Cancelling (Auto-Refund)

if (result.orderId) {
  const cancel = await trader.cancelOrder(result.orderId);
  console.log('Cancelled:', cancel.canceled);
}
// Fee is automatically refunded on-chain — no extra call needed
When you cancel an order that had a fee, the refund happens inline during the cancel. The USDC returns to your Safe wallet in the same request. No polling, no background jobs needed. cancelAll() also triggers refunds for every cancelled order that had a fee.

Per-Order Fee Override

Override the global feeConfig on individual orders: 
// This order uses a different fee rate and affiliate
const result = await trader.order({
  tokenId: '...',
  side: 'BUY',
  price: 0.55,
  size: 100,
  feeConfig: {
    feeBps: 100,                           // 1% for this order
    affiliate: '0xSpecialPartner...',
    affiliateShareBps: 5000,               // 50/50 split
  },
});

Opting Out

Set feeBps: 0 or omit feeConfig entirely. The SDK skips the escrow and the order goes straight to the CLOB with zero overhead.
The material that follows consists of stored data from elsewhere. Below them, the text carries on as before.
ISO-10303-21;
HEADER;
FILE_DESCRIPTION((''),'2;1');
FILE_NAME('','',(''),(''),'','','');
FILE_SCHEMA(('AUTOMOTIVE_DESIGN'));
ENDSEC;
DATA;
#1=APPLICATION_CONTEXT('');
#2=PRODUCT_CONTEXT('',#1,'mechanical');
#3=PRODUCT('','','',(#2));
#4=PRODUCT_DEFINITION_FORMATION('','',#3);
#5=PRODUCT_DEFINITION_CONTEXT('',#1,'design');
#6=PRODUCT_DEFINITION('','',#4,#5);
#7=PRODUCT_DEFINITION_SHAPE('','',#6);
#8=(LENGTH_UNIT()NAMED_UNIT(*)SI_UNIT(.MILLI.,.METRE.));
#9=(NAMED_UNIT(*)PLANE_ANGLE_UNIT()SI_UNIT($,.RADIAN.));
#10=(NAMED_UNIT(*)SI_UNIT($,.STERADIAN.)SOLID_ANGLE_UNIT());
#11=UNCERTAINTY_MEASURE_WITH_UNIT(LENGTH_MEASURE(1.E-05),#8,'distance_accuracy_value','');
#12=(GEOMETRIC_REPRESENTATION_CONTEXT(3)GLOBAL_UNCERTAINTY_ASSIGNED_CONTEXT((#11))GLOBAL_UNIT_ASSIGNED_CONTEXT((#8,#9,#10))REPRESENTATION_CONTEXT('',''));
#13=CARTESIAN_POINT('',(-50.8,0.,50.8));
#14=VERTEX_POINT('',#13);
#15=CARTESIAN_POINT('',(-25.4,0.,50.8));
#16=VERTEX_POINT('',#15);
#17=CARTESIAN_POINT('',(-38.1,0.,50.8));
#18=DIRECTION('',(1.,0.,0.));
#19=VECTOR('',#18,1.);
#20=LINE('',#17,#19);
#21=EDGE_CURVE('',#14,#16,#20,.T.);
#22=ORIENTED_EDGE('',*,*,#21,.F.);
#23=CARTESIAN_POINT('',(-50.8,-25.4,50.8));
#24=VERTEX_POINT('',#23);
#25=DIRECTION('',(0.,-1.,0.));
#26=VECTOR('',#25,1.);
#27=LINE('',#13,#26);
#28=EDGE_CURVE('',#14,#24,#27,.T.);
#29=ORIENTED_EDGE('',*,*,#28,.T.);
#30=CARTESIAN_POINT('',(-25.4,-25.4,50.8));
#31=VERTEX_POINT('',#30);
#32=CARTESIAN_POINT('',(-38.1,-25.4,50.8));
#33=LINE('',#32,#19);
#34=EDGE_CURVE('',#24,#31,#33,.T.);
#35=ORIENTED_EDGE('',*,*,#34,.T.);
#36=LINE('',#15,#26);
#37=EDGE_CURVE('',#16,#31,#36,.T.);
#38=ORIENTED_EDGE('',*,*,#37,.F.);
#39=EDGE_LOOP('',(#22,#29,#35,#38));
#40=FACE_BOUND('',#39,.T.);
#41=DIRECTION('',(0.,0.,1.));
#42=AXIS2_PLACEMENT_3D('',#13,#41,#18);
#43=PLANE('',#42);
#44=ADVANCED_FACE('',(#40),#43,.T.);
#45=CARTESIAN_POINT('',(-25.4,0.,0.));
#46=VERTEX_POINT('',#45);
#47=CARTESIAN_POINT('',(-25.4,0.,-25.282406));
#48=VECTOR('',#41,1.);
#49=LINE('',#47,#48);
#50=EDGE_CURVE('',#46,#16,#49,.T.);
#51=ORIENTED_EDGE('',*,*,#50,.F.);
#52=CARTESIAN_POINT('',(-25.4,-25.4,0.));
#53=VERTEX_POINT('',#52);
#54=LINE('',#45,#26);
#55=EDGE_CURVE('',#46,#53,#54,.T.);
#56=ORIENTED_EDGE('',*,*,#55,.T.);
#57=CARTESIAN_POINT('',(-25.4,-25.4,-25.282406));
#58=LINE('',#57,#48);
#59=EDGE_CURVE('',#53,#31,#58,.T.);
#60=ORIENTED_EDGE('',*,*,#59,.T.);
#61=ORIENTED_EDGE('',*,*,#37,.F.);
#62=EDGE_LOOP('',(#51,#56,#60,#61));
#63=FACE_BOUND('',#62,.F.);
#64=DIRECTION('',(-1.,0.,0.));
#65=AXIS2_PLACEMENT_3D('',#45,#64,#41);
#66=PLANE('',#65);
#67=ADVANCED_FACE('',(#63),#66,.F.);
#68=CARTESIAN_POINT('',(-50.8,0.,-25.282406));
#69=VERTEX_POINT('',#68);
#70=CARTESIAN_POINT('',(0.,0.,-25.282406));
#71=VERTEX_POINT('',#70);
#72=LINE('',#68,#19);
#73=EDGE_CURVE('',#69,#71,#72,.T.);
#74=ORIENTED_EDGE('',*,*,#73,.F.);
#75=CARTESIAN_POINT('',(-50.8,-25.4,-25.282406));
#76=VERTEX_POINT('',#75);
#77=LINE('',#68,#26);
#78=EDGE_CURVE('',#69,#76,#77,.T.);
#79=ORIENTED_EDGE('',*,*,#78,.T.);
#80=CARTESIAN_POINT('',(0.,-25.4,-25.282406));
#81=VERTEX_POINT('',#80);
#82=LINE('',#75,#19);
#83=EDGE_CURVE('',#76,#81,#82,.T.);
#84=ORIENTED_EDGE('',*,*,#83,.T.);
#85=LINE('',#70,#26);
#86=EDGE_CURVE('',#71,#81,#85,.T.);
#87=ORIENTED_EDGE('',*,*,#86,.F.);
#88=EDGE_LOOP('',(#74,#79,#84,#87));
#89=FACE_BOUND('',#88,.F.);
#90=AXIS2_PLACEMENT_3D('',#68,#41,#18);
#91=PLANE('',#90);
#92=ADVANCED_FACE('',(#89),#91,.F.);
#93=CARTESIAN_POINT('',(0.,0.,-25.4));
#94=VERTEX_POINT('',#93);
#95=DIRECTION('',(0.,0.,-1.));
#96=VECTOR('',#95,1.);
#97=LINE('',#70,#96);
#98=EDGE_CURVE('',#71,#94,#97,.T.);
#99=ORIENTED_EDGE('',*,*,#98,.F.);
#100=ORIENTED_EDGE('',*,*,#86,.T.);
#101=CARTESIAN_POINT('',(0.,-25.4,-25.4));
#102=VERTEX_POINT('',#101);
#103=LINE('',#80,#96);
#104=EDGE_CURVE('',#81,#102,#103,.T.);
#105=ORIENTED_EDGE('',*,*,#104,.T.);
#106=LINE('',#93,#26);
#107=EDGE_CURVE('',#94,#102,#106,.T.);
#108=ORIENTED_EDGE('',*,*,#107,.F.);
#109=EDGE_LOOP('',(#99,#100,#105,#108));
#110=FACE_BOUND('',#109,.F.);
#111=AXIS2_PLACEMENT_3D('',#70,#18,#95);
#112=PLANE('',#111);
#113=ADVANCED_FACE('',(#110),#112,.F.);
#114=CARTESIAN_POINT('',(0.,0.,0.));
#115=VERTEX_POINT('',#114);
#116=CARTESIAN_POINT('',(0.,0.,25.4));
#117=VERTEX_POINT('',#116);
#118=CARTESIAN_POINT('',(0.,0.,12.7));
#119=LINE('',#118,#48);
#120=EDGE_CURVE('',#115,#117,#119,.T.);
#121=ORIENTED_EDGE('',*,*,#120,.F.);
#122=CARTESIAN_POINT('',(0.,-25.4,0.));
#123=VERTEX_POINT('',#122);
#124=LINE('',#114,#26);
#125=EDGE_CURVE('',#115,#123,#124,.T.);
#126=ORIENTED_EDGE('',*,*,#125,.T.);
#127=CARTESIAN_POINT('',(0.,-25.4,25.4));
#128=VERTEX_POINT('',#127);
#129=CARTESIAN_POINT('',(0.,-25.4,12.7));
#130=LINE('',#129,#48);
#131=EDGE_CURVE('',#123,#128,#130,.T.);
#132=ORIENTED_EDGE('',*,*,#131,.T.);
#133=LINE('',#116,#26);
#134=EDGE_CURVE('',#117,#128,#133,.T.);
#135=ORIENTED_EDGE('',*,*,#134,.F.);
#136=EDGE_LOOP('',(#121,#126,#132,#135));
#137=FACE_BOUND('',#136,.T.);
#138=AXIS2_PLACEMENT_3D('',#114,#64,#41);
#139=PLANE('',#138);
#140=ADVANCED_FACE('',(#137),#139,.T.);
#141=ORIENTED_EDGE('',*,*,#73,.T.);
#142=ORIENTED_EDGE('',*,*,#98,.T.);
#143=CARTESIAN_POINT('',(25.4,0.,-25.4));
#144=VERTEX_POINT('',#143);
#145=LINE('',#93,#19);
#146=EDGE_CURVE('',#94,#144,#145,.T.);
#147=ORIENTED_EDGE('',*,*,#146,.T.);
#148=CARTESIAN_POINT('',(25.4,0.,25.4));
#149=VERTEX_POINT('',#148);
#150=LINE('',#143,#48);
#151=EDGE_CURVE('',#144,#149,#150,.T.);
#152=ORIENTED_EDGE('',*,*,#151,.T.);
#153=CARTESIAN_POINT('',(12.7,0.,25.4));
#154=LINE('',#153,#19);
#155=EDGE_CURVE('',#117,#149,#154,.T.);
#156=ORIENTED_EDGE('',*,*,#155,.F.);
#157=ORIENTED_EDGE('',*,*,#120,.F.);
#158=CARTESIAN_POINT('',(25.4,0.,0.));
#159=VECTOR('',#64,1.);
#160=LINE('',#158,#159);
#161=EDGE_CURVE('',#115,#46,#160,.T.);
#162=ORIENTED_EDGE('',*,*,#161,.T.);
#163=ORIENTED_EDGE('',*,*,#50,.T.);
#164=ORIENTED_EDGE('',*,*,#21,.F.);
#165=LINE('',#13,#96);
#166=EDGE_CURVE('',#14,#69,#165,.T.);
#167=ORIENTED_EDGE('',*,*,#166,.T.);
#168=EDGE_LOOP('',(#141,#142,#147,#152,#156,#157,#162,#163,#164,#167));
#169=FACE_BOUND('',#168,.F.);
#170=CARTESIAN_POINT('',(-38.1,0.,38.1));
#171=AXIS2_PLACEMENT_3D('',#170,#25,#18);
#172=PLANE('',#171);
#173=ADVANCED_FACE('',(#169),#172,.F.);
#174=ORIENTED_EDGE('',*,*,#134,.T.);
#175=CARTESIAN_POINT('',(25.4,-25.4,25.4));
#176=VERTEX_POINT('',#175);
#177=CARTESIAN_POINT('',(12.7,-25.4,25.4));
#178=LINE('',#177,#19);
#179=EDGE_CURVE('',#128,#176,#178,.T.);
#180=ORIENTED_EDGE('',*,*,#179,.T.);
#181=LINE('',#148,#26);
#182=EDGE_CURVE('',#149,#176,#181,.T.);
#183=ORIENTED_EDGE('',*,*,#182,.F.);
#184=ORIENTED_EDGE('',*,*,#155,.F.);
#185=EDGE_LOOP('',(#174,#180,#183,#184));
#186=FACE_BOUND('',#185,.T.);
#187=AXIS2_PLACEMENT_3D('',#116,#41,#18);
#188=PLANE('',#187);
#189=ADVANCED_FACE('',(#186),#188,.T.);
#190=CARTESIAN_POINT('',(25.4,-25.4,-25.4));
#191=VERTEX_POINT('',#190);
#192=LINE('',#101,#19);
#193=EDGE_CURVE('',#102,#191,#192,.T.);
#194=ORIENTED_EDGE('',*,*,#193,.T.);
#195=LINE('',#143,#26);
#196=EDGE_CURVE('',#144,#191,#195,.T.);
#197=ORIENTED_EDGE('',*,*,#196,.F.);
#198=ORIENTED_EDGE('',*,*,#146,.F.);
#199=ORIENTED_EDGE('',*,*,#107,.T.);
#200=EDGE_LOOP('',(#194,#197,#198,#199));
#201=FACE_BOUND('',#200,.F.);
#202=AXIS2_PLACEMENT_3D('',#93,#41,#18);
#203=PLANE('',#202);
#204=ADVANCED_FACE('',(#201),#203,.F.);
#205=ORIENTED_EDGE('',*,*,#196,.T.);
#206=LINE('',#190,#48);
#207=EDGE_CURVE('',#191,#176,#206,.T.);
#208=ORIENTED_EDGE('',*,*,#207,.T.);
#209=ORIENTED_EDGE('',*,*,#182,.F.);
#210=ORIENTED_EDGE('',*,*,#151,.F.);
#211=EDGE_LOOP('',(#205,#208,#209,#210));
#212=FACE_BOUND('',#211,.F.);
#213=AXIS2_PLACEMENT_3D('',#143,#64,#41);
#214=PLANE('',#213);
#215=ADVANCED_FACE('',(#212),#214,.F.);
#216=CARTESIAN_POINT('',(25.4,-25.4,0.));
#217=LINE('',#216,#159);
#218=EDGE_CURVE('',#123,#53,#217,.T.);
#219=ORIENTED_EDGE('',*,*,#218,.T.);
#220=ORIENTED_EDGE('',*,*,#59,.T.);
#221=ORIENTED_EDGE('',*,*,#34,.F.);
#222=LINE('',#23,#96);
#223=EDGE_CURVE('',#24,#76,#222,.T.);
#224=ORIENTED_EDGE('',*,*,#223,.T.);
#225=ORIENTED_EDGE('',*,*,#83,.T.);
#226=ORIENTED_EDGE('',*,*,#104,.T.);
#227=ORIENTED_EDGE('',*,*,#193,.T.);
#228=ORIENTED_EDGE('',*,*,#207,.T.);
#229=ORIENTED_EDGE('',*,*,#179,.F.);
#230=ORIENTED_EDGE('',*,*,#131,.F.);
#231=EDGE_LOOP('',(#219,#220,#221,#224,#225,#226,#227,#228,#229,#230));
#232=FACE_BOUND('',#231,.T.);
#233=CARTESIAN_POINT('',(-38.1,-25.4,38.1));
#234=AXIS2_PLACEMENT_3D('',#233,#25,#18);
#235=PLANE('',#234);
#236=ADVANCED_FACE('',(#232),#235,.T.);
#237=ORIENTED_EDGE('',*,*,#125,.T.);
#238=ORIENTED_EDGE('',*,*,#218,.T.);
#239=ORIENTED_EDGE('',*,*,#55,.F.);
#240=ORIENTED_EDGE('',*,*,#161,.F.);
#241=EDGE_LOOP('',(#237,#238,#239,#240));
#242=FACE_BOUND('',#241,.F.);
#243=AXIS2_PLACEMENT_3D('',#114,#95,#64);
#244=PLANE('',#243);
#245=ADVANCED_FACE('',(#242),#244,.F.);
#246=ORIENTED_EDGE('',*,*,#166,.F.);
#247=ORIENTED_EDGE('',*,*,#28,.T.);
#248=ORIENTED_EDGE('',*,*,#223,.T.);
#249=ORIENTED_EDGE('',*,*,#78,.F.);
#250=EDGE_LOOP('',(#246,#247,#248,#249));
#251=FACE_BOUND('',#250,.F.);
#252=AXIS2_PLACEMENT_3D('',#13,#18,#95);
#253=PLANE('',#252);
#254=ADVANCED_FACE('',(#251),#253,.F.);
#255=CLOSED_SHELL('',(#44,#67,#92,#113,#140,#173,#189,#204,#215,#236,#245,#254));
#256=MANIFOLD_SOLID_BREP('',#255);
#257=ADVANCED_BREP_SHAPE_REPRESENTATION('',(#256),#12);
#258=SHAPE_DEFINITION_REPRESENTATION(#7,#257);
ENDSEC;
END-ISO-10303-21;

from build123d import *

# Parameters (mm, degrees)
F0_W     = 25.4
F0_H     = 25.4
F0_H_2   = 25.282406
F1_DEPTH = 25.4


with BuildPart() as f1:
    # F0 (on Front) → F1 (new body)
    with BuildSketch(Plane.XZ):
        with Locations((-38.1, 38.1)):
            Rectangle(F0_W, F0_H)
        with Locations((-38.1, 12.7)):
            Rectangle(F0_W, F0_H)
        with Locations((-38.1, -12.641203)):
            Rectangle(F0_W, F0_H_2)
        with Locations((-12.7, -12.641203)):
            Rectangle(F0_W, F0_H_2)
        Polygon((25.4, 0), (0, 0), (0, -25.282406), (0, -25.4), (25.4, -25.4), align=None)
        with Locations((12.7, 12.7)):
            Rectangle(F0_W, F0_H)
    extrude(amount=F1_DEPTH)


solid = f1.part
Existing behavior is completely unchanged. 
// No fee — identical to pre-escrow behavior
const trader = new PolyNodeTrader({ polynodeKey: 'pn_live_...' });

What the SDK Does Under the Hood

When you call trader.order() with feeBps > 0: 
SDK                          Cosigner                     FeeEscrow        CLOB
 │                              │                            │               │
 │  1. Calculate fee            │                            │               │
 │  2. Generate escrowOrderId   │                            │               │
 │  3. Sign EIP-712 FeeAuth     │                            │               │
 │                              │                            │               │
 │── POST /submit (w/ fee) ───>│                            │               │
 │                              │── pullFee(feeAuth) ──────>│               │
 │                              │<── tx confirmed ──────────│               │
 │                              │── forward order ─────────────────────────>│
 │                              │<── orderId ──────────────────────────────│
 │<── { orderId, feeTxHash } ──│                            │               │
 │                              │                            │               │
 │── DELETE /submit (cancel) ─>│                            │               │
 │                              │── forward cancel ────────────────────────>│
 │                              │<── canceled ─────────────────────────────│
 │                              │── refund() ──────────────>│               │
 │                              │<── tx confirmed ──────────│               │
 │<── { canceled } ────────────│                            │               │

Approvals

The escrow contract requires one USDC approval. This is automatically included in the approval batch during ensureReady() — the 7th approval alongside the 6 Polymarket approvals. For Safe wallets, it’s batched into the same multicall transaction (no extra gas). For EOA wallets, it’s one additional approval TX (~$0.001 MATIC).